Among the entries below, one stretch runs from the line that contains "v -15.998 14.422 0" through the line that contains "v 7.732 22.477 0". Repeat that stretch exactly, ends included, and only that.

• [SUPPLIED ENTRIES]:
================
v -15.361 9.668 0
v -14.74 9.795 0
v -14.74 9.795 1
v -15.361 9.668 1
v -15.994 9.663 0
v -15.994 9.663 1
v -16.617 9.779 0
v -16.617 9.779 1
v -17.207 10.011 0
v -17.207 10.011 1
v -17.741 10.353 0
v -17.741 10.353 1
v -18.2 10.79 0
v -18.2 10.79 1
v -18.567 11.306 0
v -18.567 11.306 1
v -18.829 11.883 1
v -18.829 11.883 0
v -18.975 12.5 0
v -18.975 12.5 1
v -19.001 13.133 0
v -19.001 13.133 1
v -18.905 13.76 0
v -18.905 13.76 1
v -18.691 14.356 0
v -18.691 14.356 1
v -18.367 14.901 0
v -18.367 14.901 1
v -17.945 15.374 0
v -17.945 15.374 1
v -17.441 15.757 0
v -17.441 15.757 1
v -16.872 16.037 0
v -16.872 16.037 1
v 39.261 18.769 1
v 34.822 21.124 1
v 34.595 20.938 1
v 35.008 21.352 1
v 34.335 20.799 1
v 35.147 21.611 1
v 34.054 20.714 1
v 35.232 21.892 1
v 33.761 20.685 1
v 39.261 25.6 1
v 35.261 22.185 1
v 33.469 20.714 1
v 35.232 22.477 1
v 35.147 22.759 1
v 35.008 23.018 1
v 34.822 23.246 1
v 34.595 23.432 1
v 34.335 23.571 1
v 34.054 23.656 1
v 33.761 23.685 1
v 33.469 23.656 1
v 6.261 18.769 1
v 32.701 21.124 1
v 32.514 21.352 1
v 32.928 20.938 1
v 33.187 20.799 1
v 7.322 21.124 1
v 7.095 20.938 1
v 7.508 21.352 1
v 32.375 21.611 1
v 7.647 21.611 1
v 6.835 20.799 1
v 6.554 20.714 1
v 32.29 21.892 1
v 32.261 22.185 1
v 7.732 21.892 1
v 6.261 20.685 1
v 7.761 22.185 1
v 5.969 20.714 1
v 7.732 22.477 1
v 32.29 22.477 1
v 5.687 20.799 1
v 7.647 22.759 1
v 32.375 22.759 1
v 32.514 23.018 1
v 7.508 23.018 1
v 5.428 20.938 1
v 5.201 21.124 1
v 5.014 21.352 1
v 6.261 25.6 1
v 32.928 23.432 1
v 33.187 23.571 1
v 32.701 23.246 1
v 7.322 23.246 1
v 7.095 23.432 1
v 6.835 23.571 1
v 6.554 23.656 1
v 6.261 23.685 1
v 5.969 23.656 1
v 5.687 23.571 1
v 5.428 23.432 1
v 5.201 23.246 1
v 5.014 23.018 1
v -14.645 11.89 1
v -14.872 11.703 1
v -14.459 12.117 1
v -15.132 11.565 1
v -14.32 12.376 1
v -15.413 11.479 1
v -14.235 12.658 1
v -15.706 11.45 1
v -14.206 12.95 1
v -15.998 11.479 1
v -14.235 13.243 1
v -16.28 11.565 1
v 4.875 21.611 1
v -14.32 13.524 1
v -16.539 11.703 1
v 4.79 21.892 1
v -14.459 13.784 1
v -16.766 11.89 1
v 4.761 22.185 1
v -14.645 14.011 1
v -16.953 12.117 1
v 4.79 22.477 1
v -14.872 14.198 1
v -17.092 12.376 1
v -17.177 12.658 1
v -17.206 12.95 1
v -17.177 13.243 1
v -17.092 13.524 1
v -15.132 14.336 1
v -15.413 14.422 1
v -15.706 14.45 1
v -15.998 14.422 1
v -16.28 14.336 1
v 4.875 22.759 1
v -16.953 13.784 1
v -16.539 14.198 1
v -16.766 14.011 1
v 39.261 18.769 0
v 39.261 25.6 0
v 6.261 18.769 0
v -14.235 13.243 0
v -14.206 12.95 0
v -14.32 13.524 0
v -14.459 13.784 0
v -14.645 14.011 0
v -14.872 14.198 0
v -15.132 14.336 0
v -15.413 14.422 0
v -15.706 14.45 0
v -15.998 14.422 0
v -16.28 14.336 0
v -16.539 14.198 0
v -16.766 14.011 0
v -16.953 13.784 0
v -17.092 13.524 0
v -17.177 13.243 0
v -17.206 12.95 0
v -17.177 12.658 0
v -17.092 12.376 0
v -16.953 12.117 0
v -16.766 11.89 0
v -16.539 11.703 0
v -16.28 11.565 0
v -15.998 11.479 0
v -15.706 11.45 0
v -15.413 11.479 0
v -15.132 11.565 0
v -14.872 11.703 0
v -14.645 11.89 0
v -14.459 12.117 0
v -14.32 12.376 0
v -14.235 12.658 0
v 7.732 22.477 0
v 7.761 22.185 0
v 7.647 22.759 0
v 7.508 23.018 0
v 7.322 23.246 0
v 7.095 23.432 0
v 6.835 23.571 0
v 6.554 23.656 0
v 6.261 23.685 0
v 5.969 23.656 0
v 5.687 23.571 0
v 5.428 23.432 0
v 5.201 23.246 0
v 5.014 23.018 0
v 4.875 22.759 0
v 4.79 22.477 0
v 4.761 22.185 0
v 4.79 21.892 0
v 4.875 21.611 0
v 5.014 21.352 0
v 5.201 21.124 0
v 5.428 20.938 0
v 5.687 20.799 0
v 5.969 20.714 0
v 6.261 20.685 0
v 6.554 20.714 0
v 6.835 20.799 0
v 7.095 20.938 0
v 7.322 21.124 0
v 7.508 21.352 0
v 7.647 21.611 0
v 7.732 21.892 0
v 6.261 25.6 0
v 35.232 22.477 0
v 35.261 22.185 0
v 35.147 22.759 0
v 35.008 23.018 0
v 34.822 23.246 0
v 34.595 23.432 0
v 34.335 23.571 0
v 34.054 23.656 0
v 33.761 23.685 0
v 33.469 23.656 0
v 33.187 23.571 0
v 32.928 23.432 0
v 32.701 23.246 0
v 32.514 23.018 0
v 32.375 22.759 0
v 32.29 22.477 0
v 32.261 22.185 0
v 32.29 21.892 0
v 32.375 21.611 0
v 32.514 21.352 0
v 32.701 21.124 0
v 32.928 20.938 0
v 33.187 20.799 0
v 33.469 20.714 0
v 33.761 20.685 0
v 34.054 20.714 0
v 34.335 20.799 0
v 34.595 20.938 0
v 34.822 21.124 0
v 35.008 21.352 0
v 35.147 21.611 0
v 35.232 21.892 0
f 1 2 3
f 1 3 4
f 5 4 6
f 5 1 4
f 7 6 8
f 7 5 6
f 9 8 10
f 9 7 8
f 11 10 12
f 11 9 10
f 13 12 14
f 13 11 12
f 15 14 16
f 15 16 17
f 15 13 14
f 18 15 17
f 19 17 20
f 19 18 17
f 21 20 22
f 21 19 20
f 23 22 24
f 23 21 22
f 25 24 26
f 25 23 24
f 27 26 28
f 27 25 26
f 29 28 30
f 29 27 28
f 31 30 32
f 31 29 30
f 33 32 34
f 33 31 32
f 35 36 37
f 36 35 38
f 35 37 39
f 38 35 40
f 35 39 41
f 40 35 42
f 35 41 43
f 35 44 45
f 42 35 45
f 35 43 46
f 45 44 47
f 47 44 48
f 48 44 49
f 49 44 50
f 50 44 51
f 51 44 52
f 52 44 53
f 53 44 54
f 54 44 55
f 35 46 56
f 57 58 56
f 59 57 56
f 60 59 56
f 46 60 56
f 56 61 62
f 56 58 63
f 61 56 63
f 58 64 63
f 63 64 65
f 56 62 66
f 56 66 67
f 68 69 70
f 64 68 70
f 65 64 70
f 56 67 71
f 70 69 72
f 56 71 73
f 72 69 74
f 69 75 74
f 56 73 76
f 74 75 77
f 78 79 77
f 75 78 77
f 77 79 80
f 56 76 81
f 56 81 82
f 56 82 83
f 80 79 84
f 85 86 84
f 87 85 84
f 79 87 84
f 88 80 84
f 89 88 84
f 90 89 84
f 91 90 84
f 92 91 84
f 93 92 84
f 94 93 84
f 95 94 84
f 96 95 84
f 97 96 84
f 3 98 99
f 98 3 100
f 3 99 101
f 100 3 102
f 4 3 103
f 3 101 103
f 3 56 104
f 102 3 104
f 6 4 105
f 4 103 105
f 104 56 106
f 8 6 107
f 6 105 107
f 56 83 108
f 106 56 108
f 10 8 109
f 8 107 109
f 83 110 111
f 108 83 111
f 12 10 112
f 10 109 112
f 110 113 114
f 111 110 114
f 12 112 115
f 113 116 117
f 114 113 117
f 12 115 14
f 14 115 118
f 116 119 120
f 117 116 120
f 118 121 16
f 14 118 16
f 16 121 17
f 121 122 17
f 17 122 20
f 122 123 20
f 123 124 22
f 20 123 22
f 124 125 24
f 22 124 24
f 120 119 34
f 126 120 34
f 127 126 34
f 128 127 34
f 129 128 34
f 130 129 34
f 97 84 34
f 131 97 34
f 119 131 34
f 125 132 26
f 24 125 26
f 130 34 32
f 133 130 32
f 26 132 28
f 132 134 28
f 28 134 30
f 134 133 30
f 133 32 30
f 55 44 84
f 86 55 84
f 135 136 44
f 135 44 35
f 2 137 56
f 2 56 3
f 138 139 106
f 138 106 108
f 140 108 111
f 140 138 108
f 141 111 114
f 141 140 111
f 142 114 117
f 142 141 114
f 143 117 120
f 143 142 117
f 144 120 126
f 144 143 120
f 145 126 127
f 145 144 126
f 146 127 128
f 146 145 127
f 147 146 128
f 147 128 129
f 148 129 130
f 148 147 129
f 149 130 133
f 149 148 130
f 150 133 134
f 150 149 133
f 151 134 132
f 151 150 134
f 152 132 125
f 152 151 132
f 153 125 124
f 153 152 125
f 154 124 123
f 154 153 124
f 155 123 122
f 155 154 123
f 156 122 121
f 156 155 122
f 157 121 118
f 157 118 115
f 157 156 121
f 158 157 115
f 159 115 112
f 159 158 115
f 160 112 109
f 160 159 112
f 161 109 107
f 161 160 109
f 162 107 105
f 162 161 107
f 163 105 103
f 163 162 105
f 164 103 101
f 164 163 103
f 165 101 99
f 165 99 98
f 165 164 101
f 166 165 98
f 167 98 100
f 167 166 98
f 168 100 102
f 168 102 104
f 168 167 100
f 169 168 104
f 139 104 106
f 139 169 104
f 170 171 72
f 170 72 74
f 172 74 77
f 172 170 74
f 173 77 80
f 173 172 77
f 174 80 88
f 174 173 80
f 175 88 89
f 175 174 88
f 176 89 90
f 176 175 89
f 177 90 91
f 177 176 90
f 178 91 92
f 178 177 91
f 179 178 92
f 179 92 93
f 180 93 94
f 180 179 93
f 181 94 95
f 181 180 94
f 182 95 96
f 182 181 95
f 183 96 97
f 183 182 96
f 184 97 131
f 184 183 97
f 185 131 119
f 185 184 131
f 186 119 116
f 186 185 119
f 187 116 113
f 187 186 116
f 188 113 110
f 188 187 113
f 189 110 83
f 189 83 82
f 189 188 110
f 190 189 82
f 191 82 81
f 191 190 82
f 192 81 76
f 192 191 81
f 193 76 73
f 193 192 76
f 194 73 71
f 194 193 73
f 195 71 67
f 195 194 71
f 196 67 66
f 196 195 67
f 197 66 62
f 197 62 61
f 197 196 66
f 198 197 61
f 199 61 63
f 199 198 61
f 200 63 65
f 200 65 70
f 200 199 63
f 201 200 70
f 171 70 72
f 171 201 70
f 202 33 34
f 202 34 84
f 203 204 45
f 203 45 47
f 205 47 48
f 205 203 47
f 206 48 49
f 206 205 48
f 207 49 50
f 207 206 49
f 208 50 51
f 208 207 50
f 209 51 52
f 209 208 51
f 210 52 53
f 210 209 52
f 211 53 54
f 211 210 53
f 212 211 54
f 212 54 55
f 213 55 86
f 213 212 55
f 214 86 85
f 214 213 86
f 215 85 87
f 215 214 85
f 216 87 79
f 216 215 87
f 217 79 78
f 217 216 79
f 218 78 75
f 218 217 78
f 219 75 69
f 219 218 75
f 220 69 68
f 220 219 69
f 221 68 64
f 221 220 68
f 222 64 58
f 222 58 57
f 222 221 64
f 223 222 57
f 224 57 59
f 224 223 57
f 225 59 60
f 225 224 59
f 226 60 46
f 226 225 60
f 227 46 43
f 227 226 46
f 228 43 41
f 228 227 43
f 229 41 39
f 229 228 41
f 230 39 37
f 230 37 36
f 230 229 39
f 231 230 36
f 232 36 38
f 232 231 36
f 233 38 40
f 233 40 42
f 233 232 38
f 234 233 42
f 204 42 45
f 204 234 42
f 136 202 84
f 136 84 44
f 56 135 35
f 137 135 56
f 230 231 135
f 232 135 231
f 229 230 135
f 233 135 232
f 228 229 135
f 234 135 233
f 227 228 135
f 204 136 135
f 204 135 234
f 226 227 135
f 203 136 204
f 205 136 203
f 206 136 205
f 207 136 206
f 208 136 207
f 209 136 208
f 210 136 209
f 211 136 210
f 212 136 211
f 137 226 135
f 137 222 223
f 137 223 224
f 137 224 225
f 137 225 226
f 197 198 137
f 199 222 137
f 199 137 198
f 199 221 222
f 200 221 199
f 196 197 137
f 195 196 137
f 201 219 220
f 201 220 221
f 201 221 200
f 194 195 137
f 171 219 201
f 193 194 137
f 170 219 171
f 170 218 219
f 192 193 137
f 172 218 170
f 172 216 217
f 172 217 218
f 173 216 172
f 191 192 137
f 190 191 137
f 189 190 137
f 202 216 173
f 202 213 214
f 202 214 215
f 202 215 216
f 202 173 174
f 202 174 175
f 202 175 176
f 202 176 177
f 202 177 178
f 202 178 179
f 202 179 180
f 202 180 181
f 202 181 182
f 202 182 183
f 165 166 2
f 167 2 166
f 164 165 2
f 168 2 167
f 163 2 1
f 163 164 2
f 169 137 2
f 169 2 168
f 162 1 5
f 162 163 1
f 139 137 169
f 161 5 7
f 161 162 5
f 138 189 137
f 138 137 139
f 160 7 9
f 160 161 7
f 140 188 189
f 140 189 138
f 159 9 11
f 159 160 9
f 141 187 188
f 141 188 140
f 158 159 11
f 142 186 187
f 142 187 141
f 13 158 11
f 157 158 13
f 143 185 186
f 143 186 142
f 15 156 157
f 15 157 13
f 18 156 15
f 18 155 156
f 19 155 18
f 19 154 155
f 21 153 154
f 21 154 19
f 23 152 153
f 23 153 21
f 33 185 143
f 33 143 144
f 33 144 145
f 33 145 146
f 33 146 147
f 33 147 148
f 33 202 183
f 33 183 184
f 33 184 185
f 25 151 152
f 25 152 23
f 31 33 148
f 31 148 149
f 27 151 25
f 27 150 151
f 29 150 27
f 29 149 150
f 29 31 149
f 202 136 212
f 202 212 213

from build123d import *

# Parameters (mm, degrees)
MODEL_R                 = 1.5
SALIENTE_EXTRUIR1_DEPTH = 1


with BuildPart() as part:
    # Model → Saliente-Extruir1 (new body)
    with BuildSketch(Plane.XY):
        with BuildLine():
            Line((6.261217919, 18.769360839), (-14.739513879, 9.794996238))
            ThreePointArc((-14.739513879, 9.794996238), (-18.828558612, 11.883464999), (-16.872209477, 16.037341099))
            Line((-16.872209477, 16.037341099), (6.261217919, 25.600360839))
            Line((6.261217919, 25.600360839), (39.261217919, 25.600360839))
            Line((39.261217919, 25.600360839), (39.261217919, 18.769360839))
            Line((39.261217919, 18.769360839), (6.261217919, 18.769360839))
        make_face()
        with Locations((33.761217919, 22.184860839)):
            Circle(MODEL_R, mode=Mode.SUBTRACT)
        with Locations((6.261217919, 22.184860839)):
            Circle(MODEL_R, mode=Mode.SUBTRACT)
        with Locations((-15.705782081, 12.950360839)):
            Circle(MODEL_R, mode=Mode.SUBTRACT)
    extrude(amount=SALIENTE_EXTRUIR1_DEPTH)


solid = part.part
================
• [SOLVED EXERCISE]:
v -15.998 14.422 0
v -16.28 14.336 0
v -16.539 14.198 0
v -16.766 14.011 0
v -16.953 13.784 0
v -17.092 13.524 0
v -17.177 13.243 0
v -17.206 12.95 0
v -17.177 12.658 0
v -17.092 12.376 0
v -16.953 12.117 0
v -16.766 11.89 0
v -16.539 11.703 0
v -16.28 11.565 0
v -15.998 11.479 0
v -15.706 11.45 0
v -15.413 11.479 0
v -15.132 11.565 0
v -14.872 11.703 0
v -14.645 11.89 0
v -14.459 12.117 0
v -14.32 12.376 0
v -14.235 12.658 0
v 7.732 22.477 0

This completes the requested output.